Modelling and computational improvements to the simulation of single vector-boson plus jet processes for the ATLAS experiment

TL;DR

This paper improves Monte Carlo simulation methods for modeling single vector-boson plus jet processes at the ATLAS experiment, reducing computational costs and enhancing statistical sampling for future high-energy physics analyses.

Contribution

It introduces updated simulation configurations with improved electroweak schemes, scale settings, and CPU efficiency, enabling more accurate and resource-efficient modeling of vector-boson plus jet events.

Findings

50% reduction in computing resource requirements

Threefold decrease in per-event CPU time

Enhanced statistical techniques for low cross-section regions

Abstract

This paper presents updated Monte Carlo configurations used to model the production of single electroweak vector bosons (W, Z/$\gamma^{*}$) in association with jets in proton-proton collisions for the ATLAS experiment at the Large Hadron Collider. Improvements pertaining to the electroweak input scheme, parton-shower splitting kernels and scale-setting scheme are shown for multi-jet merged configurations accurate to next-to-leading order in the strong and electroweak couplings.
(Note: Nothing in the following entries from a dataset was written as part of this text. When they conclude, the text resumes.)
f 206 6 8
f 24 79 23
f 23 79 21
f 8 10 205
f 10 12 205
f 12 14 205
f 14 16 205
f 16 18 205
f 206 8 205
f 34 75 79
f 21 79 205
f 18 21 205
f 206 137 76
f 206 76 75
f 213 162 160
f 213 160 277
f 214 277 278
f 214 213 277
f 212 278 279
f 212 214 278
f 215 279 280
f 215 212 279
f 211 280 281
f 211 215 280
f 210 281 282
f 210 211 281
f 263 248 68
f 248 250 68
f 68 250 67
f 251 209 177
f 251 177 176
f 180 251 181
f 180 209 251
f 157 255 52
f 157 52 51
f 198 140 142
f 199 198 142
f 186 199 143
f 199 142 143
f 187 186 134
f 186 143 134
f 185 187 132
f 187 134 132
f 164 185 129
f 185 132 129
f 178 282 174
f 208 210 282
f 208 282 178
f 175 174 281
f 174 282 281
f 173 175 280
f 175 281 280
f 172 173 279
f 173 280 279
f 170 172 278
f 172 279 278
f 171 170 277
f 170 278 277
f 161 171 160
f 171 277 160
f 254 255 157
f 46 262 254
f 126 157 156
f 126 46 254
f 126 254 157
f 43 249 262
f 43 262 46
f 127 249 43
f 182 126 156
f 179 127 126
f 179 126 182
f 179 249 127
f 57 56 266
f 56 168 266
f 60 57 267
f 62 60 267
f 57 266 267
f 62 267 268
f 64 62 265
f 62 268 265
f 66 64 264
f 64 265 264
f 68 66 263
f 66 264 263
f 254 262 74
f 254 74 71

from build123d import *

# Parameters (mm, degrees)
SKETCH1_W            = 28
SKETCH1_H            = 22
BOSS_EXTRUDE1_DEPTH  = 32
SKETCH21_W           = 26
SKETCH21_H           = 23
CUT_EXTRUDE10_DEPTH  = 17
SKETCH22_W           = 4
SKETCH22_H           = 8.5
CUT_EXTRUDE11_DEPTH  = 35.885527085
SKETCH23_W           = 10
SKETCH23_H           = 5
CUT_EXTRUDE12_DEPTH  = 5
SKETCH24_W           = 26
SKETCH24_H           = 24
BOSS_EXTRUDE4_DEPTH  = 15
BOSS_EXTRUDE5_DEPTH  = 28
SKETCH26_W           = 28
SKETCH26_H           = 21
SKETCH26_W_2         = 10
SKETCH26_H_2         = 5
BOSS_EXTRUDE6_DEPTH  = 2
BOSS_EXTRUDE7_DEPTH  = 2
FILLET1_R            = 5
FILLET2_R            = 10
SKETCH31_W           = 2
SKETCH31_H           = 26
The computational resources required for these set-ups are assessed, and approximations are introduced resulting in a factor three reduction of the per-event CPU time without affecting the physics modelling performance. Continuous statistical enhancement techniques are introduced by ATLAS in order to populate low cross-section regions of phase space and are shown to match or exceed the generated effective luminosity. This, together with the lower per-event CPU time, results in a 50% reduction in the required computing resources compared to a legacy set-up previously used by the ATLAS Collaboration. The set-ups described in this paper will be used for future ATLAS analyses and lay the foundation for the next generation of Monte Carlo predictions for single vector-boson plus jets production.